Selasa 02 Apr 2013 14:27 WIB

Penghapusan Pemilukada Langsung Hemat Rp 20 Triliun

Rep: Erik Purnama Putra/ Red: Djibril Muhammad
Juru Bicara Kementerian Dalam Negeri Reydonnyzar Moenek
Foto: depdagri.go.id
Juru Bicara Kementerian Dalam Negeri Reydonnyzar Moenek

REPUBLIKA.CO.ID, JAKARTA — Kasus kerusuhan pascarekapitulasi Pemilihan Wali Kota (Pilwakot) Palopo mengundang keprihatinan Kementerian Dalam Negeri (Kemendagri). Setelah dikaji ulang pelaksanaan pemilukada langsung sejak 2005, ternyata lebih banyak ekses negatif daripada positifnya.

 

Staf Ahli Mendagri, Reydonnyzar Moenek mengatakan, pemilukada langsung telah menciptakan konflik sosial. Kehidupan masyarakat yang dulunya damai, sekarang terpecah menjadi beberapa kubu, karena terlibat dukung-mendukung calon kepala daerah.

 

Belum lagi, pelaksanaan pemilukada langsung yang menghabiskan dana puluhan triliun rupiah, yang seharusnya alokasi itu bisa digunakan untuk program pembangunan.

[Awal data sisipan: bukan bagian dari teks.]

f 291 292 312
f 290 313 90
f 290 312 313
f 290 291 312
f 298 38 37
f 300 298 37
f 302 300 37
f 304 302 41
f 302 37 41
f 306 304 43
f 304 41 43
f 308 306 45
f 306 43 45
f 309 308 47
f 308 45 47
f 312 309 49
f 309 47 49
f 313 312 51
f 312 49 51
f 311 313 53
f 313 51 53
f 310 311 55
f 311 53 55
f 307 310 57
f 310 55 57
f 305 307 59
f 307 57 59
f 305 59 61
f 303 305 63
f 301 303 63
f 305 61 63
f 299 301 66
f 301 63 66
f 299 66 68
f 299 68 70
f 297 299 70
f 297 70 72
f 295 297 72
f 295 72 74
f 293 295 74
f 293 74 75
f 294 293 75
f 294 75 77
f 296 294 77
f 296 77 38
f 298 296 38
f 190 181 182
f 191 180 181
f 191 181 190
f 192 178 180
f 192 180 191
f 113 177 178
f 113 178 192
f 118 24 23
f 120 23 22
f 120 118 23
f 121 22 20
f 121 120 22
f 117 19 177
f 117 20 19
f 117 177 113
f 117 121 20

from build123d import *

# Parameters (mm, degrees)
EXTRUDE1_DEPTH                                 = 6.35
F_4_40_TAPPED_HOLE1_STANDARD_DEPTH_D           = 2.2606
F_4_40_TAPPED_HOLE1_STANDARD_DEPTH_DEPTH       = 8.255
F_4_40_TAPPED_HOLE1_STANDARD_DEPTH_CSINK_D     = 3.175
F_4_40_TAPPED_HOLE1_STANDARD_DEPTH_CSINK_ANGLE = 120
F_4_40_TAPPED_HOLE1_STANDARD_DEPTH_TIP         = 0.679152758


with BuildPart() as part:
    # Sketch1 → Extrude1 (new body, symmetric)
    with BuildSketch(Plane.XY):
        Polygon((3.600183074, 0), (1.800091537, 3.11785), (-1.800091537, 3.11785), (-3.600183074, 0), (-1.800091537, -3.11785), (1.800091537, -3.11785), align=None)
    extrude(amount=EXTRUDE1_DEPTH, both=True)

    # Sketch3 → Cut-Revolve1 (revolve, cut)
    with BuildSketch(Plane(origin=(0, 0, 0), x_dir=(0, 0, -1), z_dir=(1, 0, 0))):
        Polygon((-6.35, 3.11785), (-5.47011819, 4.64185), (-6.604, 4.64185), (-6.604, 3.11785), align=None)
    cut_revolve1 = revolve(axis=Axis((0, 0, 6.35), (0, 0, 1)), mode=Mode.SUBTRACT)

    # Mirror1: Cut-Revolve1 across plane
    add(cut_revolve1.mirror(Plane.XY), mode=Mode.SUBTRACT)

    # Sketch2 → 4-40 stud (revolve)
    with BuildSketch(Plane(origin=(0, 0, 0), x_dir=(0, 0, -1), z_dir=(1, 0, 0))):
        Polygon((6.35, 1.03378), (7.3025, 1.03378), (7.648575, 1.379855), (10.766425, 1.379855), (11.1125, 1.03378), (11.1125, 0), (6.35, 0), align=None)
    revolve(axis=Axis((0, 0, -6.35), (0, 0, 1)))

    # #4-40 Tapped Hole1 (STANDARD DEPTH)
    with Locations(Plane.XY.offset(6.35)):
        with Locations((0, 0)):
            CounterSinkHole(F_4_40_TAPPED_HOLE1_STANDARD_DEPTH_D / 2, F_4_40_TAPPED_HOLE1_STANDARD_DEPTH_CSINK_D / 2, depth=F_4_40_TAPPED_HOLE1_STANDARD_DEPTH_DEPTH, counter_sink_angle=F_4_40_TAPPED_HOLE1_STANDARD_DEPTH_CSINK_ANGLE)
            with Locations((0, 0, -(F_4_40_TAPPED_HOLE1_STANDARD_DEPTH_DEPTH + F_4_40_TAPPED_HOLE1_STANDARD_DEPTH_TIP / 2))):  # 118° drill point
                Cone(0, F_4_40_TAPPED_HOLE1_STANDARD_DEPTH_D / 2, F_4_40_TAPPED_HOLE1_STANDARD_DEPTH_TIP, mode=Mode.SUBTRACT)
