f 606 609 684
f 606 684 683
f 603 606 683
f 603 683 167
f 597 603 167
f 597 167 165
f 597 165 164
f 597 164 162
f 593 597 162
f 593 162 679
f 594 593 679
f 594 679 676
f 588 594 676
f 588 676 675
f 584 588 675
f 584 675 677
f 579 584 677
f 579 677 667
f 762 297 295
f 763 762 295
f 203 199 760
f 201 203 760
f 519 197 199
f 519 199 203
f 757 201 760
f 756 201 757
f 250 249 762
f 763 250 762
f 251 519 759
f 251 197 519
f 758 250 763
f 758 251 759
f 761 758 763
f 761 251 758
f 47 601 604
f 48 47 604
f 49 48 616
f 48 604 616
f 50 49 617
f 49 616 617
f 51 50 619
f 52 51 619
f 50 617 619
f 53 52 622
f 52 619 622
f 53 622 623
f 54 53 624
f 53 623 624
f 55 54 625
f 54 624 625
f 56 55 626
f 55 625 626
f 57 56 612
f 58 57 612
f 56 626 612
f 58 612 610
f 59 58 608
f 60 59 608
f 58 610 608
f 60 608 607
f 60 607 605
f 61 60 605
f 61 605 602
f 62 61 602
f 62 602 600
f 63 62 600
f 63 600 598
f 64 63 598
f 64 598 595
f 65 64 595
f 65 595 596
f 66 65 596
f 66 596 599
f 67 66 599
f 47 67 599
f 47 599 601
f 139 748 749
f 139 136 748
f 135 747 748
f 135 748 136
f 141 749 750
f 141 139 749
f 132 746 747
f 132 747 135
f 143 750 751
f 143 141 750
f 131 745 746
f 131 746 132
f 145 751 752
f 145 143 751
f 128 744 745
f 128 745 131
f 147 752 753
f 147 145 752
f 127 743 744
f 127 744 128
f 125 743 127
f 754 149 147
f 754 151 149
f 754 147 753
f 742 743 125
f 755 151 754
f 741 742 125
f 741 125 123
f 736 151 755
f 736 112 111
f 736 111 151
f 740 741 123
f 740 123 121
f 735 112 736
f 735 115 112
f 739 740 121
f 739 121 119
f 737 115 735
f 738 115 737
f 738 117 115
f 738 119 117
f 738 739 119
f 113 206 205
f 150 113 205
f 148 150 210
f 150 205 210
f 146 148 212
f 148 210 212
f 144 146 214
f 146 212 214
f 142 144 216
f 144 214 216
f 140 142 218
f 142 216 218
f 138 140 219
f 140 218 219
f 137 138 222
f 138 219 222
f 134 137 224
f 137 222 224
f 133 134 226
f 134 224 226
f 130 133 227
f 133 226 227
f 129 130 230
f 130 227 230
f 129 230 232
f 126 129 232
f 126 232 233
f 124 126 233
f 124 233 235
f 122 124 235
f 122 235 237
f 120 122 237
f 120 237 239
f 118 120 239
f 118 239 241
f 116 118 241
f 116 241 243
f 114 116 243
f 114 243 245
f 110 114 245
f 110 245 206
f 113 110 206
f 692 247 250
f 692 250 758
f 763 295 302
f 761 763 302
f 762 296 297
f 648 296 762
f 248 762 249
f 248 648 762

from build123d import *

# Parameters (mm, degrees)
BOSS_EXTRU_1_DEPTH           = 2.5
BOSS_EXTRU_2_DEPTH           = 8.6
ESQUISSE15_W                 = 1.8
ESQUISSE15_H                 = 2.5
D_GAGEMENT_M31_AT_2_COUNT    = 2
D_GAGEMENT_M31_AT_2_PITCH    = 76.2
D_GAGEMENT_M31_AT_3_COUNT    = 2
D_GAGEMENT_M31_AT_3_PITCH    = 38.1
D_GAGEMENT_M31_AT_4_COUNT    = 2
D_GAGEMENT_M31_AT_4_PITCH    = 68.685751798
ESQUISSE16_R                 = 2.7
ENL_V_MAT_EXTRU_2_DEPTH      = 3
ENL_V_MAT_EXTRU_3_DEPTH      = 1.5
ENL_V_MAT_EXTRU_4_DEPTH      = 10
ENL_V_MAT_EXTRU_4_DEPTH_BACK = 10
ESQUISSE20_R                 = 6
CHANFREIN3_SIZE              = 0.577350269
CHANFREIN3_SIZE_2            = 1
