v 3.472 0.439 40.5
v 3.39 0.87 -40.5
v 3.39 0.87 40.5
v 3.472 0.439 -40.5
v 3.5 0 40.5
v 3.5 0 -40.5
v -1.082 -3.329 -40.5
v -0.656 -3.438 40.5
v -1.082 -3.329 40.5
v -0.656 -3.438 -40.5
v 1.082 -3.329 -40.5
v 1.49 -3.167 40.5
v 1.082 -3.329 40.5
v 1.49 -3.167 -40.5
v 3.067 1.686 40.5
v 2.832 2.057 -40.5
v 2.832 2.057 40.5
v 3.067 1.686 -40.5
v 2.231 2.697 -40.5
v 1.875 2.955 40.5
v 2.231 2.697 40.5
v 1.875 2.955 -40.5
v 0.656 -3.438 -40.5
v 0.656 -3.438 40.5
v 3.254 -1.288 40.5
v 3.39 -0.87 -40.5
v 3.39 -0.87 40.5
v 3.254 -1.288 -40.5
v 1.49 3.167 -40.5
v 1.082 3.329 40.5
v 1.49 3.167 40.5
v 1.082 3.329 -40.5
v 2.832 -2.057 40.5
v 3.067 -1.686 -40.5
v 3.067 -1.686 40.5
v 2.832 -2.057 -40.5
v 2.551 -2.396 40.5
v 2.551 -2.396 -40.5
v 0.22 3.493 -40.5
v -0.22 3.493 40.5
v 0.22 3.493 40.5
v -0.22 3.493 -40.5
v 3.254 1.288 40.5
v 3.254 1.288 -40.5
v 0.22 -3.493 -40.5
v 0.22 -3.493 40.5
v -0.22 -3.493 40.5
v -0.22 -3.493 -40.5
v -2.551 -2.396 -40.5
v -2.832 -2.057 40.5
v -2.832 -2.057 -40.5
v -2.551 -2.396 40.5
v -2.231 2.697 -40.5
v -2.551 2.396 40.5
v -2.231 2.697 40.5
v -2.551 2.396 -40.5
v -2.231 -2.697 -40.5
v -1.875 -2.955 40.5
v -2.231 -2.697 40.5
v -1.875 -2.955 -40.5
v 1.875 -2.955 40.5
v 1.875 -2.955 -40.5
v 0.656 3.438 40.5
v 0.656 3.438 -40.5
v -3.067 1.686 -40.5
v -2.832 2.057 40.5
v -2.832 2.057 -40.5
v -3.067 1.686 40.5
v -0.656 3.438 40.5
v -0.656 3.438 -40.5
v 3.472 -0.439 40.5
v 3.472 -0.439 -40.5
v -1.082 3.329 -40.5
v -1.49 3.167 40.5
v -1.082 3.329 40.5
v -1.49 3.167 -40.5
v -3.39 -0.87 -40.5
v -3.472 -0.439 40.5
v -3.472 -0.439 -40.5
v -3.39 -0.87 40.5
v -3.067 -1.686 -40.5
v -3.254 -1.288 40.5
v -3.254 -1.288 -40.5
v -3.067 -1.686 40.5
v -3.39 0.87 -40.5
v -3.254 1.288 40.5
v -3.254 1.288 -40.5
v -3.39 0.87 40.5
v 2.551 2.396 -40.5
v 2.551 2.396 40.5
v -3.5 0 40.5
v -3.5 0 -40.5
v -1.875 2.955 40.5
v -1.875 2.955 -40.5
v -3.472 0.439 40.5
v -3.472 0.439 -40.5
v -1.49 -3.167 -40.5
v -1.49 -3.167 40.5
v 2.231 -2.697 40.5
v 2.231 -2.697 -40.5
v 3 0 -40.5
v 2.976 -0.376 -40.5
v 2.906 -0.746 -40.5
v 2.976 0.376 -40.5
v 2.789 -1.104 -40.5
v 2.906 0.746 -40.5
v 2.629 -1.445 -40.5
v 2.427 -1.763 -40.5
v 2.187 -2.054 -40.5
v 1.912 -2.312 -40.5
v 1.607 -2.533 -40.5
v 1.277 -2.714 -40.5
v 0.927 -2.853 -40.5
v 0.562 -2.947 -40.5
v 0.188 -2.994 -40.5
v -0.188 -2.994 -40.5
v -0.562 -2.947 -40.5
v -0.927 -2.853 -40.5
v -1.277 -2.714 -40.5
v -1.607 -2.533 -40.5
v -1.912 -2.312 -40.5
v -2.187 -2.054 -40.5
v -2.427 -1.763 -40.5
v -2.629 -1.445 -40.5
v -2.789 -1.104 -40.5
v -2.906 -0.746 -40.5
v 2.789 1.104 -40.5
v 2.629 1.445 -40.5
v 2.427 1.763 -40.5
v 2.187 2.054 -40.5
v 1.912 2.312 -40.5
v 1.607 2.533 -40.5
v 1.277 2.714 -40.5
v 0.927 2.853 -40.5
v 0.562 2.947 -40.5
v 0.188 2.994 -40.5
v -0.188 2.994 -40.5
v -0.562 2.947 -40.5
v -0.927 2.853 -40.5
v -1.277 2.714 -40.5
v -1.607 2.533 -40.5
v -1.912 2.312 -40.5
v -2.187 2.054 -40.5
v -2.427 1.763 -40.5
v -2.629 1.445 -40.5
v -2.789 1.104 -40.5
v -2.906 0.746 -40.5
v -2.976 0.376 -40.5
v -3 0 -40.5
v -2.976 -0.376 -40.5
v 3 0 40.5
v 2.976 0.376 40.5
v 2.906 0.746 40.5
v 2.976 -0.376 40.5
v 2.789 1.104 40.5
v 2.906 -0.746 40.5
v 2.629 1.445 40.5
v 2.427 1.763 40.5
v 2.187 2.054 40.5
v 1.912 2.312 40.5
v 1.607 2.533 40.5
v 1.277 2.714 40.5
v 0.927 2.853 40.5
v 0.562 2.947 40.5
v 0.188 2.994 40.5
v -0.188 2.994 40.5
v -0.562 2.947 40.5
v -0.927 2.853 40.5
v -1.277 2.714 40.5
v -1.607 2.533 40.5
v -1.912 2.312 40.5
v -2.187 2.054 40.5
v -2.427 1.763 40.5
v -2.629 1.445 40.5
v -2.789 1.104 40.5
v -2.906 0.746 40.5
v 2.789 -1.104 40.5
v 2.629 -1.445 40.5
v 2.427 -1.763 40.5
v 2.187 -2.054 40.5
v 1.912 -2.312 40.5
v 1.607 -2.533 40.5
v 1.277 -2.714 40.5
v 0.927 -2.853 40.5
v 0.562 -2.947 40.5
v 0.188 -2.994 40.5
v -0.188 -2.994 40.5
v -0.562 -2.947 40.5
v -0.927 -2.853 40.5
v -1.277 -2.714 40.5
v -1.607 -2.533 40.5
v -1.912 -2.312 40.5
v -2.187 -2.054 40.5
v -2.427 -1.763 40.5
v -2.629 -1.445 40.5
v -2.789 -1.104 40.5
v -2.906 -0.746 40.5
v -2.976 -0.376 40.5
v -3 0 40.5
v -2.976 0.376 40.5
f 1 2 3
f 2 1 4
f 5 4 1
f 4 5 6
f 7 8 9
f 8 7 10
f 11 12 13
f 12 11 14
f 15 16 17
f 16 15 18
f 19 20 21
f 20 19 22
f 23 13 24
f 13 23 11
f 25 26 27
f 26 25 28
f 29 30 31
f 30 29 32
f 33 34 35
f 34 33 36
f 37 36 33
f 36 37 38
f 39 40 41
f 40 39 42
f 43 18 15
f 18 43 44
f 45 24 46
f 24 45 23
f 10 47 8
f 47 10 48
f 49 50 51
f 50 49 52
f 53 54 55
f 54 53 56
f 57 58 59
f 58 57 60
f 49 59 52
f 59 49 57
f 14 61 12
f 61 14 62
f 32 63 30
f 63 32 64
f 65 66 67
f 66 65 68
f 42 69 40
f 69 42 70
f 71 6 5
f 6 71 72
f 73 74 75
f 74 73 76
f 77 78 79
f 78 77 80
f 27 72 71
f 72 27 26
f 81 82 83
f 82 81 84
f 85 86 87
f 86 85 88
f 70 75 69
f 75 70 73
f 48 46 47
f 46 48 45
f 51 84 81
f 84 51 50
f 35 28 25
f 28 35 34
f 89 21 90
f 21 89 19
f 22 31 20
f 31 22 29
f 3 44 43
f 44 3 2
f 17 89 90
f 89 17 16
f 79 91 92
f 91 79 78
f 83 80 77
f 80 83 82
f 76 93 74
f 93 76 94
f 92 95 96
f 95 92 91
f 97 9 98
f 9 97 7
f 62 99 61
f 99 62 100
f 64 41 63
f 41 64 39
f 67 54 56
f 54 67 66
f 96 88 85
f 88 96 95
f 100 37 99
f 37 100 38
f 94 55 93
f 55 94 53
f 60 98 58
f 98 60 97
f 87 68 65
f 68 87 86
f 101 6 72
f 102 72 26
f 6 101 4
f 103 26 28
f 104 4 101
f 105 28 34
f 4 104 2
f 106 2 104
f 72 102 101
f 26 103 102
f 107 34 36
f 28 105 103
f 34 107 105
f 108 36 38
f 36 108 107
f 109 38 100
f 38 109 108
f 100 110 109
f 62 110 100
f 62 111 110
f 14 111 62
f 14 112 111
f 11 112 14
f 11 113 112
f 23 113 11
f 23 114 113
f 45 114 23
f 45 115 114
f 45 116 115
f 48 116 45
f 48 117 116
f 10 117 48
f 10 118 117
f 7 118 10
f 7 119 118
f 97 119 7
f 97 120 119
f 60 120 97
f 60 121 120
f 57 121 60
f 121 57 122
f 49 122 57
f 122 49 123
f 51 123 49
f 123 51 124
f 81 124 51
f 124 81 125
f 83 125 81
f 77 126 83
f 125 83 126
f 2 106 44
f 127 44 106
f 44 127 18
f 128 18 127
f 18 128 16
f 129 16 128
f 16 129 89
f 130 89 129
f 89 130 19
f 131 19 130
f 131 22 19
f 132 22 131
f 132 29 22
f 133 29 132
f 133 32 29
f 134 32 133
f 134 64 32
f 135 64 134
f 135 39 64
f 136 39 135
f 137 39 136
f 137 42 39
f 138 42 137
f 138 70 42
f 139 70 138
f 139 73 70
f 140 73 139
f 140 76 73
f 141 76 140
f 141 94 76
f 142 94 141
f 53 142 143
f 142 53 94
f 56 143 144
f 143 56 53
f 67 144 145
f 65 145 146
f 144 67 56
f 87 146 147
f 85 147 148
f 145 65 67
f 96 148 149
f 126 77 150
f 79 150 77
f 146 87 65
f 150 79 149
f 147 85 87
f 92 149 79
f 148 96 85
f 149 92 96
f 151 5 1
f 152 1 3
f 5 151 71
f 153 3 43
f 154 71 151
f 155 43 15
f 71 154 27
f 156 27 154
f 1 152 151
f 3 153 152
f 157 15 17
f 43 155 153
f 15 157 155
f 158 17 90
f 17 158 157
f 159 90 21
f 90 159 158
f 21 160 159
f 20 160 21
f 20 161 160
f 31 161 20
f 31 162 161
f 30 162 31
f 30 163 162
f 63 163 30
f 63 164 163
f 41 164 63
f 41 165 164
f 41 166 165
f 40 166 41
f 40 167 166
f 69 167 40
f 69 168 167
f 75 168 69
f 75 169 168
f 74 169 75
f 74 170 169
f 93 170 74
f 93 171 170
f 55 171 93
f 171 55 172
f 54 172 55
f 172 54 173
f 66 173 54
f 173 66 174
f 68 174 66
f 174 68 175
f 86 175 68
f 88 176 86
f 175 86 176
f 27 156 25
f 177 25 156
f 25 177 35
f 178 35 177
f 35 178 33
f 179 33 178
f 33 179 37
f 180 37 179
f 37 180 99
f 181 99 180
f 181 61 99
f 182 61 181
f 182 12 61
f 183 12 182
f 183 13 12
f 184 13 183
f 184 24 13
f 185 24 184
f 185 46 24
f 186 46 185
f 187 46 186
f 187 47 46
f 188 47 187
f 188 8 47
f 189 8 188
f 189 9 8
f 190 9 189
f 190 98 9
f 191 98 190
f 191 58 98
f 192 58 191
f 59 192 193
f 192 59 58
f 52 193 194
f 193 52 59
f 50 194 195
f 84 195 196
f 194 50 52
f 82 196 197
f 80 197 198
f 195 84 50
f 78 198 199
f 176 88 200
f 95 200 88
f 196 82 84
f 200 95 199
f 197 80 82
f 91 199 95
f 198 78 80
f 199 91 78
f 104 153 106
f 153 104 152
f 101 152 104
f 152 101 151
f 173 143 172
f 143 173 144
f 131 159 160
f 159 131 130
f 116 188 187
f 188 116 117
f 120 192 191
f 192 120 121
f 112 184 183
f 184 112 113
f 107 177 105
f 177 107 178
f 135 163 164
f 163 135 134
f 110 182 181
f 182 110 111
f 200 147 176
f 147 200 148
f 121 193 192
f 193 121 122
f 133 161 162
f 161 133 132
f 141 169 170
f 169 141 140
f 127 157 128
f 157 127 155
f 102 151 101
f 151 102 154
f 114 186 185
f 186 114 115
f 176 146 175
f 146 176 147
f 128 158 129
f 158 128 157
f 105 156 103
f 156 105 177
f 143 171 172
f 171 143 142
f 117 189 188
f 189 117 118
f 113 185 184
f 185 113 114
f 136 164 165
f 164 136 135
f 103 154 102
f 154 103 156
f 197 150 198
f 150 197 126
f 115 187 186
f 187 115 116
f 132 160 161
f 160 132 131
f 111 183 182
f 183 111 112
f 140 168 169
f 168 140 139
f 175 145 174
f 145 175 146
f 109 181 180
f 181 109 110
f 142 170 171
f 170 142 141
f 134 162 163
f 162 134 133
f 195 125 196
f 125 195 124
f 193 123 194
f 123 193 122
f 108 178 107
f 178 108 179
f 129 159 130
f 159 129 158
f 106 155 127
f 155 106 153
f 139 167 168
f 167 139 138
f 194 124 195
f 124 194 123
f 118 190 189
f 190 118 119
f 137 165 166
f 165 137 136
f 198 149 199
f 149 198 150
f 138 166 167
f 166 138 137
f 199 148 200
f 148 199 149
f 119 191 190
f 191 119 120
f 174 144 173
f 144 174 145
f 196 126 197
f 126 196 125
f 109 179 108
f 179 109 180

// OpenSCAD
$fn = 50;


difference() {
	union() {
		translate(v = [0, 0, -40.5000000000]) {
			cylinder(h = 81, r = 3.5000000000);
		}
	}
	union() {
		translate(v = [0, 0, -100.0000000000]) {
			cylinder(h = 200, r = 3.0000000000);
		}
	}
}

Terbukti, jumlah korban akibat kerusuhan pemilukada mencapai 50 orang, dan kerugian akibat pembakaran fasilitas umum jumlahnya cukup besar.

 

Melihat kenyataan itu, Reydonnyzar berharap DPR menyetujui agar pemilukada kabupaten/ kota tidak lagi dipilih langsung, melainkan cukup lewat DPRD. Selain bisa melokalisasi kemarahan publik yang tidak puas terhadap kinerja penyelenggara pemilu, sambungnya, manfaat lainnya juga terjadi penghematan sangat besar.

 

"Dari APBN yang kita hitung, apabila 524 kabupaten/ kota dan provinsi dipilih DPRD, terjadi penghematan anggaran sebesar Rp 20 triliun," katanya, Selasa (2/4).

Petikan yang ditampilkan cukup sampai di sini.